二人長談許久,姜天知道了事情的原委,心中卻是有些無語。
按太伯所說,得知姜天在靈劍學院的強勢表現之后,家主姜海深感愧疚,主動卸任族長之位,提前隱退。
大長老姜何自知罪過頗重,早晚討不了好,脫離家族之后,帶著一家老小遠遁他鄉另謀生路去了。
“竟然會發生這種事情”
姜天眉頭微皺,神色略顯古怪。
當初姜何只手遮天的時候,恐怕怎么也想不到會有今天的局面吧
“姜海卸任之后,已經離開了天寶城,據說是到鄉下隱居去了;至于姜何一家,因為遠離本族早就斷了音訊,不過我倒是聽說,他們曾經在青遙城一帶露過面,具體情況就不清楚了。”
太伯搖頭長嘆,無比感慨。
“青遙城哼,跑得還挺遠”姜天搖頭冷笑,眼中寒光一閃而逝。
“這也算是他們惡有惡報、咎由自取,不過當年做下的惡事如今卻想一走了之,未免想得太簡單了”
太伯聞言眼角一跳,沉思良久終是欲言又止,搖頭長長嘆了口氣。
姜天也沒有多說,只是搖頭冷笑,目光無比冷厲。
當年的事情家主姜海雖有責任但惡業不大,如今主動隱退,也算是有所交代。
姜何卻不一樣,一切惡事都是因他而起,絕不允許他就這么一走了之
姜天神色肅然,周身隱隱流露出一股威嚴霸道之氣,讓久掌家族大權的太伯有些承受不住。
好在他很快就收回了思緒,周身氣息也緩緩收斂起來。
太伯神色微松“姜天,既然你回來了,新任族長的事情是不是定奪一下”
“新任族長”姜天愕然,搖頭一笑。
“不在其位不謀其政,以后家族的事情與我無關,你們自己處置就行了。”
姜天說罷拿出一個儲物袋遞給太伯。
“這是”太伯有些遲疑。
“這是一些筑靈境的丹藥和功法,還有幾件法器,算是我對家族的一點心意,收下吧”
姜天擺手,淡淡說道。
太伯神色復雜,長長嘆息“姜天,家族對你有愧,你卻以德報怨,讓家族上下情何以堪”
“太伯言重了家族里又不只是姜何那種陰險小人,更多的是普通的族人,而且姜氏家族是整個姜家的血脈傳承,又不是他姜海和姜何個人的傳承,是非輕重,我還是分得清的”
“老夫汗顏”太伯重重點頭。
“不必如此有了這些東西,姜氏家族很快就能發展壯大,在天寶城獨霸一方,太伯保重,姜天告辭了”

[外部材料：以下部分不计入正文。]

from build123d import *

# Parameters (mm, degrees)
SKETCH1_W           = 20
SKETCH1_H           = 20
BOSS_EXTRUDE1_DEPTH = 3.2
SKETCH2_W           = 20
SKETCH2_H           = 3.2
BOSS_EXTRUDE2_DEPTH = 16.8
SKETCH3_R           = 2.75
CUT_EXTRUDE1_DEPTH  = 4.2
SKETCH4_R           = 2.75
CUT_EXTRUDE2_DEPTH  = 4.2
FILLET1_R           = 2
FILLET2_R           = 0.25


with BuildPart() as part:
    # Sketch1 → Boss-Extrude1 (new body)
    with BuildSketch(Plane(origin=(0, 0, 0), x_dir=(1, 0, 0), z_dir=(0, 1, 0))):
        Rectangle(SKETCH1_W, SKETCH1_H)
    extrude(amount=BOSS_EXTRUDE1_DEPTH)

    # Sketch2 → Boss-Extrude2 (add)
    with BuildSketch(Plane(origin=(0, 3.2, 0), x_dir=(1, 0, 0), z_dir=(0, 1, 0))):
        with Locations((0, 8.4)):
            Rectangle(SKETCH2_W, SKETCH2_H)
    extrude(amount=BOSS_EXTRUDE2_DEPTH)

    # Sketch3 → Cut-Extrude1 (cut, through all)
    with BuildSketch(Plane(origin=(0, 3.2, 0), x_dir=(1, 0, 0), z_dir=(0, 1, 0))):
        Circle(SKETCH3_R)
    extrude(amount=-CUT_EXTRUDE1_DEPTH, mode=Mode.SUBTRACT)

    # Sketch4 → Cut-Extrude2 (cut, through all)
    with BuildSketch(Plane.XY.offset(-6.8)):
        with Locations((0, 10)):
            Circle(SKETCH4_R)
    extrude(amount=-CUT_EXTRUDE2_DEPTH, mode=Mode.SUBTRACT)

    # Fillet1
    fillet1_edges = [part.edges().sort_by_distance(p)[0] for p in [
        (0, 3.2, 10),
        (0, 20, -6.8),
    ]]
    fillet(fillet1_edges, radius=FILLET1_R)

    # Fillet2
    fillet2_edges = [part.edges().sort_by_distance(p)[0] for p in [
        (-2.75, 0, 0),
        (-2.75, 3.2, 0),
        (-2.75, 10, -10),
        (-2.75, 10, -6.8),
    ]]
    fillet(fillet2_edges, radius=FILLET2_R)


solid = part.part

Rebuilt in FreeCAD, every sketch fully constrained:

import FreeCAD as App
import Part
import Sketcher
from FreeCAD import Vector
Q = App.Units.Quantity


def edges_at(feature, points):
    """Names of the edges that pass closest to the given points."""
    edges = feature.Shape.Edges
    near = lambda p: min(range(len(edges)), key=lambda i: edges[i].distToShape(Part.Vertex(*p))[0])
    return sorted({f"Edge{near(p) + 1}" for p in points})

doc = App.newDocument("Part")
body = doc.addObject("PartDesign::Body", "Body")

# Sketch on XZ plane
sketch1 = doc.addObject("Sketcher::SketchObject", "Sketch")
body.addObject(sketch1)
sketch1.AttachmentSupport = (doc.XZ_Plane, [""])
sketch1.MapMode = "FlatFace"
sketch1.addGeometry([
    Part.LineSegment(Vector(-10, -10, 0), Vector(-10, 10, 0)),
    Part.LineSegment(Vector(-10, 10, 0), Vector(10, 10, 0)),
    Part.LineSegment(Vector(10, 10, 0), Vector(10, -10, 0)),
    Part.LineSegment(Vector(10, -10, 0), Vector(-10, -10, 0)),
], False)
sketch1.addConstraint([
    Sketcher.Constraint("Coincident", 0, 2, 1, 1),
    Sketcher.Constraint("Coincident", 1, 2, 2, 1),
    Sketcher.Constraint("Coincident", 2, 2, 3, 1),
    Sketcher.Constraint("Coincident", 3, 2, 0, 1),
    Sketcher.Constraint("Vertical", 0),
    Sketcher.Constraint("Horizontal", 1),
    Sketcher.Constraint("Vertical", 2),
    Sketcher.Constraint("Horizontal", 3),
    Sketcher.Constraint("Symmetric", 0, 2, 2, 2, -1, 1),
    Sketcher.Constraint("Equal", 3, 0),
    Sketcher.Constraint("DistanceX", 1, 1, 1, 2, Q("20 mm")),
])
pad1 = doc.addObject("PartDesign::Pad", "Pad")
body.addObject(pad1)
pad1.Profile = sketch1
pad1.Length = 3.2
pad1.Reversed = True

# Sketch on XZ plane
sketch2 = doc.addObject("Sketcher::SketchObject", "Sketch001")
body.addObject(sketch2)
sketch2.AttachmentSupport = (doc.XZ_Plane, [""])
sketch2.MapMode = "FlatFace"
sketch2.AttachmentOffset = App.Placement(Vector(0, 0, -3.2), App.Rotation())
sketch2.addGeometry([
    Part.LineSegment(Vector(-10, -10, 0), Vector(-10, -6.8, 0)),
    Part.LineSegment(Vector(-10, -6.8, 0), Vector(10, -6.8, 0)),
    Part.LineSegment(Vector(10, -6.8, 0), Vector(10, -10, 0)),
    Part.LineSegment(Vector(10, -10, 0), Vector(-10, -10, 0)),
], False)
sketch2.addConstraint([
    Sketcher.Constraint("Coincident", 0, 2, 1, 1),
    Sketcher.Constraint("Coincident", 1, 2, 2, 1),
    Sketcher.Constraint("Coincident", 2, 2, 3, 1),
    Sketcher.Constraint("Coincident", 3, 2, 0, 1),
    Sketcher.Constraint("Vertical", 0),
    Sketcher.Constraint("Horizontal", 1),
    Sketcher.Constraint("Vertical", 2),
    Sketcher.Constraint("Horizontal", 3),
    Sketcher.Constraint("DistanceX", 1, 1, 1, 2, Q("20 mm")),
    Sketcher.Constraint("DistanceY", 0, 1, 0, 2, Q("3.2 mm")),
    Sketcher.Constraint("DistanceX", 0, 2, -1, 1, Q("10 mm")),
    Sketcher.Constraint("DistanceY", 2, 2, -1, 1, Q("10 mm")),
])
pad2 = doc.addObject("PartDesign::Pad", "Pad001")
body.addObject(pad2)
pad2.Profile = sketch2
pad2.Length = 16.8
pad2.Reversed = True

# Sketch on XZ plane
sketch3 = doc.addObject("Sketcher::SketchObject", "Sketch002")
body.addObject(sketch3)
sketch3.AttachmentSupport = (doc.XZ_Plane, [""])
sketch3.MapMode = "FlatFace"
sketch3.AttachmentOffset = App.Placement(Vector(0, 0, -3.2), App.Rotation())
sketch3.addGeometry(Part.Circle(Vector(0, 0, 0), Vector(0, 0, 1), 2.8), False)
sketch3.addConstraint([
    Sketcher.Constraint("Coincident", 0, 3, -1, 1),
    Sketcher.Constraint("Diameter", 0, Q("5.5 mm")),
])
pocket1 = doc.addObject("PartDesign::Pocket", "Pocket")
body.addObject(pocket1)
pocket1.Profile = sketch3
pocket1.Type = "ThroughAll"
pocket1.Reversed = True

# Sketch on XY plane
sketch4 = doc.addObject("Sketcher::SketchObject", "Sketch003")
body.addObject(sketch4)
sketch4.AttachmentSupport = (doc.XY_Plane, [""])
sketch4.MapMode = "FlatFace"
sketch4.AttachmentOffset = App.Placement(Vector(0, 0, -6.8), App.Rotation())
sketch4.addGeometry(Part.Circle(Vector(0, 10, 0), Vector(0, 0, 1), 2.8), False)
sketch4.addConstraint([
    Sketcher.Constraint("PointOnObject", 0, 3, -2),
    Sketcher.Constraint("Diameter", 0, Q("5.5 mm")),
    Sketcher.Constraint("DistanceY", -1, 1, 0, 3, Q("10 mm")),
])
pocket2 = doc.addObject("PartDesign::Pocket", "Pocket001")
body.addObject(pocket2)
pocket2.Profile = sketch4
pocket2.Type = "ThroughAll"
doc.recompute()

fillet = doc.addObject("PartDesign::Fillet", "Fillet")
body.addObject(fillet)
fillet.Base = (pocket2, edges_at(pocket2, [(0, 3.2, 10), (0, 20, -6.8)]))
fillet.Radius = 2
doc.recompute()

fillet2 = doc.addObject("PartDesign::Fillet", "Fillet001")
body.addObject(fillet2)
fillet2.Base = (fillet, edges_at(fillet, [
    (-2.75, 0, 0),
    (-2.75, 3.2, 0),
    (-2.75, 10, -10),
    (-2.75, 10, -6.8),
]))
fillet2.Radius = 0.25

doc.recompute()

姜天大步走出大殿,駕著飛舟遠遠遁去,只留下太伯站在殿前遙遙相望,還有一眾族人舉目相送。
小半日之后,千里之外的青遙城上方忽然飛來一道銀光
“以為跑到青遙城就能拋開當年的罪孽了嗎姜何,你想得太簡單了”
姜天腳踏飛舟,搖頭冷笑。
一千多里的距離,對如今的他來說不過是飛舟一起一落的事情,根本耗費不了多少時間。
青遙城規模與天寶城差不多,武道狀況也大致類似,整個城池中也沒有幾位開天境的武者。
銀色飛舟突然降臨,所有人都當成了奇景,有的人舉目眺望,有的人則心懷不安。
姜天駕著飛舟降落在城主府中,強大威壓轟然綻放,嚇得城主驚魂大冒,很快便問出了姜何藏身的地點。
當他飛臨那處舊宅院上空時,姜何正準備攜家逃離,一家上下已然成了驚弓之鳥。
銀爭飛舟橫亙半空,轟隆隆的悶響聲中,姜天緩緩落在院子里。
“姜天,你終于還是來了”
看到這既熟悉又陌生的少年,曾經不可一世的大長老姜何眼角狂跳,臉色變得無比難看。
當年狂傲無比的姜源更是瑟瑟發抖,嚇得尿了褲子。
他本以為離開靈劍學院跟隨姜何遠走千里就能躲過一切,沒想到最終還是逃不過報應。